- [Raw data]:
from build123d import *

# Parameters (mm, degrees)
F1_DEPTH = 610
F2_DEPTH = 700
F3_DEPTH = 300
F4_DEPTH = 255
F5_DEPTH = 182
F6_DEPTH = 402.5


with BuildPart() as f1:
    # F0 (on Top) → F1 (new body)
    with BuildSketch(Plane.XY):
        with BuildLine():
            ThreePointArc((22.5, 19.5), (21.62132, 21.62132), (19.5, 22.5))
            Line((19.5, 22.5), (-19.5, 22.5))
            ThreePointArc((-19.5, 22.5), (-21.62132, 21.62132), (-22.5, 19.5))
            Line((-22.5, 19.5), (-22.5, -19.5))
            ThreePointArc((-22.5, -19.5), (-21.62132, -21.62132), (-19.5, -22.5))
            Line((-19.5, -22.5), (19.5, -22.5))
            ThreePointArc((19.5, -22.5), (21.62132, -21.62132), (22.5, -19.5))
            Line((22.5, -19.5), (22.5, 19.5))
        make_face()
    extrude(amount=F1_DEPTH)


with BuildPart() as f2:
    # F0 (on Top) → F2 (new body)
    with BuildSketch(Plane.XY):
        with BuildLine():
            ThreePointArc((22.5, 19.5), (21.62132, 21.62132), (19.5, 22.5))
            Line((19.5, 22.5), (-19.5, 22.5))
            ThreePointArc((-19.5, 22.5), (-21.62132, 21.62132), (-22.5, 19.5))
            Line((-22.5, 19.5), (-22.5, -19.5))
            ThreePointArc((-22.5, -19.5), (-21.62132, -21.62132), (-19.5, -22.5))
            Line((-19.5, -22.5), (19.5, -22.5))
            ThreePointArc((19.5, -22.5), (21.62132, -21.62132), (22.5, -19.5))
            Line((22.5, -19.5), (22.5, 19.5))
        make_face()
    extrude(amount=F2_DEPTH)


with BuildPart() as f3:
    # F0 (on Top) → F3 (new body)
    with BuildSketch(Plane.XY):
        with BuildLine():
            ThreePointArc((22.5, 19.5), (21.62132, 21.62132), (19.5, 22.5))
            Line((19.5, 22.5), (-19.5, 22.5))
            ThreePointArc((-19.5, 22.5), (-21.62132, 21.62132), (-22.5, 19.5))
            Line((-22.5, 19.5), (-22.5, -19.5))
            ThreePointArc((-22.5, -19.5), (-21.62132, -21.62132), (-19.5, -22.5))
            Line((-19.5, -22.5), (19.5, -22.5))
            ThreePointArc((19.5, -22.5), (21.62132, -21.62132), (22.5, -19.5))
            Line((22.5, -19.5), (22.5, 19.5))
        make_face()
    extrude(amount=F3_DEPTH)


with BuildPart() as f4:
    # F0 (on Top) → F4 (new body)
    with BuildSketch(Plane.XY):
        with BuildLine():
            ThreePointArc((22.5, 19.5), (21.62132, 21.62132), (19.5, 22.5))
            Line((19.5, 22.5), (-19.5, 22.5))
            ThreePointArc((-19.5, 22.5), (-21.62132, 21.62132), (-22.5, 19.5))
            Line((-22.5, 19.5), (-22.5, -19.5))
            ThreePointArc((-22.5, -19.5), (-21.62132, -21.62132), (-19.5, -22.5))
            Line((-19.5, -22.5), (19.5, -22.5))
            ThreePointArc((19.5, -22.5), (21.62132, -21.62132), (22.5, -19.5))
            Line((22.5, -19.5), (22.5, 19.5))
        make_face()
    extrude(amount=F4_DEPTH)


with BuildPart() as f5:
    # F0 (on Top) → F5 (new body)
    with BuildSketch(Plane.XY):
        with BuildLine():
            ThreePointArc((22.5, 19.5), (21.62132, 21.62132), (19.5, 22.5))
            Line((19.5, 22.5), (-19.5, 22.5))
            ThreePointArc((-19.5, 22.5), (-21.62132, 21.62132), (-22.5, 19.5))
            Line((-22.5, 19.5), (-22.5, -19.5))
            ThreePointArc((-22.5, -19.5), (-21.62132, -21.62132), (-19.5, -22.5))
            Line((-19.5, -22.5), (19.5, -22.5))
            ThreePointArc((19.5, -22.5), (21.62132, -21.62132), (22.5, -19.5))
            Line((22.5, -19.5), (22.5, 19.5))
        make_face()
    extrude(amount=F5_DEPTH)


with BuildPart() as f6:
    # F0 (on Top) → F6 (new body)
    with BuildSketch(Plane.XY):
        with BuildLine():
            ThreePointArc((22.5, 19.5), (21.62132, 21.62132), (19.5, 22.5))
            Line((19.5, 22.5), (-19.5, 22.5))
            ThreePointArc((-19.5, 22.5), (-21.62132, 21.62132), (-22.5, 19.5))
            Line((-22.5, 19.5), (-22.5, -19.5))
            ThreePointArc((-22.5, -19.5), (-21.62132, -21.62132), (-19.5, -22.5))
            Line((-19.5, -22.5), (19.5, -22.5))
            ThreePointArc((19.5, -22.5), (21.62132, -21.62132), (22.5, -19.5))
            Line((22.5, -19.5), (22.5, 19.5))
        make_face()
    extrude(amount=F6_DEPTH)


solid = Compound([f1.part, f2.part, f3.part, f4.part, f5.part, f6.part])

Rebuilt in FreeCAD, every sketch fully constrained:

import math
import FreeCAD as App
import Part
import Sketcher

doc = App.newDocument("Part")
body = doc.addObject("PartDesign::Body", "Body")

sketch1 = doc.addObject("Sketcher::SketchObject", "Sketch")
body.addObject(sketch1)
sketch1.AttachmentSupport = (doc.XY_Plane, [""])
sketch1.MapMode = "FlatFace"
sketch1.addGeometry([
    Part.ArcOfCircle(Part.Circle(App.Vector(19.5, 19.5, 0), App.Vector(0, 0, 1), 3), math.radians(0), math.radians(90)),
    Part.LineSegment(App.Vector(19.5, 22.5, 0), App.Vector(-19.5, 22.5, 0)),
    Part.ArcOfCircle(Part.Circle(App.Vector(-19.5, 19.5, 0), App.Vector(0, 0, 1), 3), math.radians(90), math.radians(180)),
    Part.LineSegment(App.Vector(-22.5, 19.5, 0), App.Vector(-22.5, -19.5, 0)),
    Part.ArcOfCircle(Part.Circle(App.Vector(-19.5, -19.5, 0), App.Vector(0, 0, 1), 3), math.radians(-180), math.radians(-90)),
    Part.LineSegment(App.Vector(-19.5, -22.5, 0), App.Vector(19.5, -22.5, 0)),
    Part.ArcOfCircle(Part.Circle(App.Vector(19.5, -19.5, 0), App.Vector(0, 0, 1), 3), math.radians(-90), math.radians(0)),
    Part.LineSegment(App.Vector(22.5, -19.5, 0), App.Vector(22.5, 19.5, 0)),
], False)
sketch1.addConstraint([
    Sketcher.Constraint("Tangent", 0, 2, 1, 1),
    Sketcher.Constraint("Tangent", 1, 2, 2, 1),
    Sketcher.Constraint("Tangent", 2, 2, 3, 1),
    Sketcher.Constraint("Tangent", 3, 2, 4, 1),
    Sketcher.Constraint("Tangent", 4, 2, 5, 1),
    Sketcher.Constraint("Tangent", 5, 2, 6, 1),
    Sketcher.Constraint("Tangent", 6, 2, 7, 1),
    Sketcher.Constraint("Tangent", 7, 2, 0, 1),
    Sketcher.Constraint("Horizontal", 1),
    Sketcher.Constraint("Vertical", 3),
    Sketcher.Constraint("Horizontal", 5),
    Sketcher.Constraint("Vertical", 7),
    Sketcher.Constraint("Equal", 0, 2),
    Sketcher.Constraint("Equal", 2, 4),
    Sketcher.Constraint("Equal", 4, 6),
    Sketcher.Constraint("Symmetric", 0, 3, 4, 3, -1, 1),
    Sketcher.Constraint("Equal", 5, 3),
    Sketcher.Constraint("Radius", 0, 3.000001),
    Sketcher.Constraint("DistanceX", 1, 2, 1, 1, 39.0),
])
pad1 = doc.addObject("PartDesign::Pad", "Pad")
body.addObject(pad1)
pad1.Profile = sketch1
pad1.Length = 610
body2 = doc.addObject("PartDesign::Body", "Body001")

sketch2 = doc.addObject("Sketcher::SketchObject", "Sketch001")
body2.addObject(sketch2)
sketch2.AttachmentSupport = (doc.getObject("XY_Plane001"), [""])
sketch2.MapMode = "FlatFace"
sketch2.addGeometry([
    Part.ArcOfCircle(Part.Circle(App.Vector(19.5, 19.5, 0), App.Vector(0, 0, 1), 3), math.radians(0), math.radians(90)),
    Part.LineSegment(App.Vector(19.5, 22.5, 0), App.Vector(-19.5, 22.5, 0)),
    Part.ArcOfCircle(Part.Circle(App.Vector(-19.5, 19.5, 0), App.Vector(0, 0, 1), 3), math.radians(90), math.radians(180)),
    Part.LineSegment(App.Vector(-22.5, 19.5, 0), App.Vector(-22.5, -19.5, 0)),
    Part.ArcOfCircle(Part.Circle(App.Vector(-19.5, -19.5, 0), App.Vector(0, 0, 1), 3), math.radians(-180), math.radians(-90)),
    Part.LineSegment(App.Vector(-19.5, -22.5, 0), App.Vector(19.5, -22.5, 0)),
    Part.ArcOfCircle(Part.Circle(App.Vector(19.5, -19.5, 0), App.Vector(0, 0, 1), 3), math.radians(-90), math.radians(0)),
    Part.LineSegment(App.Vector(22.5, -19.5, 0), App.Vector(22.5, 19.5, 0)),
], False)
sketch2.addConstraint([
    Sketcher.Constraint("Tangent", 0, 2, 1, 1),
    Sketcher.Constraint("Tangent", 1, 2, 2, 1),
    Sketcher.Constraint("Tangent", 2, 2, 3, 1),
    Sketcher.Constraint("Tangent", 3, 2, 4, 1),
    Sketcher.Constraint("Tangent", 4, 2, 5, 1),
    Sketcher.Constraint("Tangent", 5, 2, 6, 1),
    Sketcher.Constraint("Tangent", 6, 2, 7, 1),
    Sketcher.Constraint("Tangent", 7, 2, 0, 1),
    Sketcher.Constraint("Horizontal", 1),
    Sketcher.Constraint("Vertical", 3),
    Sketcher.Constraint("Horizontal", 5),
    Sketcher.Constraint("Vertical", 7),
    Sketcher.Constraint("Equal", 0, 2),
    Sketcher.Constraint("Equal", 2, 4),
    Sketcher.Constraint("Equal", 4, 6),
    Sketcher.Constraint("Symmetric", 0, 3, 4, 3, -1, 1),
    Sketcher.Constraint("Equal", 5, 3),
    Sketcher.Constraint("Radius", 0, 3.000001),
    Sketcher.Constraint("DistanceX", 1, 2, 1, 1, 39.0),
])
pad2 = doc.addObject("PartDesign::Pad", "Pad001")
body2.addObject(pad2)
pad2.Profile = sketch2
pad2.Length = 700
body3 = doc.addObject("PartDesign::Body", "Body002")

sketch3 = doc.addObject("Sketcher::SketchObject", "Sketch002")
body3.addObject(sketch3)
sketch3.AttachmentSupport = (doc.getObject("XY_Plane002"), [""])
sketch3.MapMode = "FlatFace"
sketch3.addGeometry([
    Part.ArcOfCircle(Part.Circle(App.Vector(19.5, 19.5, 0), App.Vector(0, 0, 1), 3), math.radians(0), math.radians(90)),
    Part.LineSegment(App.Vector(19.5, 22.5, 0), App.Vector(-19.5, 22.5, 0)),
    Part.ArcOfCircle(Part.Circle(App.Vector(-19.5, 19.5, 0), App.Vector(0, 0, 1), 3), math.radians(90), math.radians(180)),
    Part.LineSegment(App.Vector(-22.5, 19.5, 0), App.Vector(-22.5, -19.5, 0)),
    Part.ArcOfCircle(Part.Circle(App.Vector(-19.5, -19.5, 0), App.Vector(0, 0, 1), 3), math.radians(-180), math.radians(-90)),
    Part.LineSegment(App.Vector(-19.5, -22.5, 0), App.Vector(19.5, -22.5, 0)),
    Part.ArcOfCircle(Part.Circle(App.Vector(19.5, -19.5, 0), App.Vector(0, 0, 1), 3), math.radians(-90), math.radians(0)),
    Part.LineSegment(App.Vector(22.5, -19.5, 0), App.Vector(22.5, 19.5, 0)),
], False)
sketch3.addConstraint([
    Sketcher.Constraint("Tangent", 0, 2, 1, 1),
    Sketcher.Constraint("Tangent", 1, 2, 2, 1),
    Sketcher.Constraint("Tangent", 2, 2, 3, 1),
    Sketcher.Constraint("Tangent", 3, 2, 4, 1),
    Sketcher.Constraint("Tangent", 4, 2, 5, 1),
    Sketcher.Constraint("Tangent", 5, 2, 6, 1),
    Sketcher.Constraint("Tangent", 6, 2, 7, 1),
    Sketcher.Constraint("Tangent", 7, 2, 0, 1),
    Sketcher.Constraint("Horizontal", 1),
    Sketcher.Constraint("Vertical", 3),
    Sketcher.Constraint("Horizontal", 5),
    Sketcher.Constraint("Vertical", 7),
    Sketcher.Constraint("Equal", 0, 2),
    Sketcher.Constraint("Equal", 2, 4),
    Sketcher.Constraint("Equal", 4, 6),
    Sketcher.Constraint("Symmetric", 0, 3, 4, 3, -1, 1),
    Sketcher.Constraint("Equal", 5, 3),
    Sketcher.Constraint("Radius", 0, 3.000001),
    Sketcher.Constraint("DistanceX", 1, 2, 1, 1, 39.0),
])
pad3 = doc.addObject("PartDesign::Pad", "Pad002")
body3.addObject(pad3)
pad3.Profile = sketch3
pad3.Length = 300
body4 = doc.addObject("PartDesign::Body", "Body003")

sketch4 = doc.addObject("Sketcher::SketchObject", "Sketch003")
body4.addObject(sketch4)
sketch4.AttachmentSupport = (doc.getObject("XY_Plane003"), [""])
sketch4.MapMode = "FlatFace"
sketch4.addGeometry([
    Part.ArcOfCircle(Part.Circle(App.Vector(19.5, 19.5, 0), App.Vector(0, 0, 1), 3), math.radians(0), math.radians(90)),
    Part.LineSegment(App.Vector(19.5, 22.5, 0), App.Vector(-19.5, 22.5, 0)),
    Part.ArcOfCircle(Part.Circle(App.Vector(-19.5, 19.5, 0), App.Vector(0, 0, 1), 3), math.radians(90), math.radians(180)),
    Part.LineSegment(App.Vector(-22.5, 19.5, 0), App.Vector(-22.5, -19.5, 0)),
    Part.ArcOfCircle(Part.Circle(App.Vector(-19.5, -19.5, 0), App.Vector(0, 0, 1), 3), math.radians(-180), math.radians(-90)),
    Part.LineSegment(App.Vector(-19.5, -22.5, 0), App.Vector(19.5, -22.5, 0)),
    Part.ArcOfCircle(Part.Circle(App.Vector(19.5, -19.5, 0), App.Vector(0, 0, 1), 3), math.radians(-90), math.radians(0)),
    Part.LineSegment(App.Vector(22.5, -19.5, 0), App.Vector(22.5, 19.5, 0)),
], False)
sketch4.addConstraint([
    Sketcher.Constraint("Tangent", 0, 2, 1, 1),
    Sketcher.Constraint("Tangent", 1, 2, 2, 1),
    Sketcher.Constraint("Tangent", 2, 2, 3, 1),
    Sketcher.Constraint("Tangent", 3, 2, 4, 1),
    Sketcher.Constraint("Tangent", 4, 2, 5, 1),
    Sketcher.Constraint("Tangent", 5, 2, 6, 1),
    Sketcher.Constraint("Tangent", 6, 2, 7, 1),
    Sketcher.Constraint("Tangent", 7, 2, 0, 1),
    Sketcher.Constraint("Horizontal", 1),
    Sketcher.Constraint("Vertical", 3),
    Sketcher.Constraint("Horizontal", 5),
    Sketcher.Constraint("Vertical", 7),
    Sketcher.Constraint("Equal", 0, 2),
    Sketcher.Constraint("Equal", 2, 4),
    Sketcher.Constraint("Equal", 4, 6),
    Sketcher.Constraint("Symmetric", 0, 3, 4, 3, -1, 1),
    Sketcher.Constraint("Equal", 5, 3),
    Sketcher.Constraint("Radius", 0, 3.000001),
    Sketcher.Constraint("DistanceX", 1, 2, 1, 1, 39.0),
])
pad4 = doc.addObject("PartDesign::Pad", "Pad003")
body4.addObject(pad4)
pad4.Profile = sketch4
pad4.Length = 255
body5 = doc.addObject("PartDesign::Body", "Body004")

- [Aim of the exercise]: Each line above that holds the string "BuildPart" should be copied and shown.

- [Answer for this exercise]:
with BuildPart() as f1:
with BuildPart() as f2:
with BuildPart() as f3:
with BuildPart() as f4:
with BuildPart() as f5:
with BuildPart() as f6:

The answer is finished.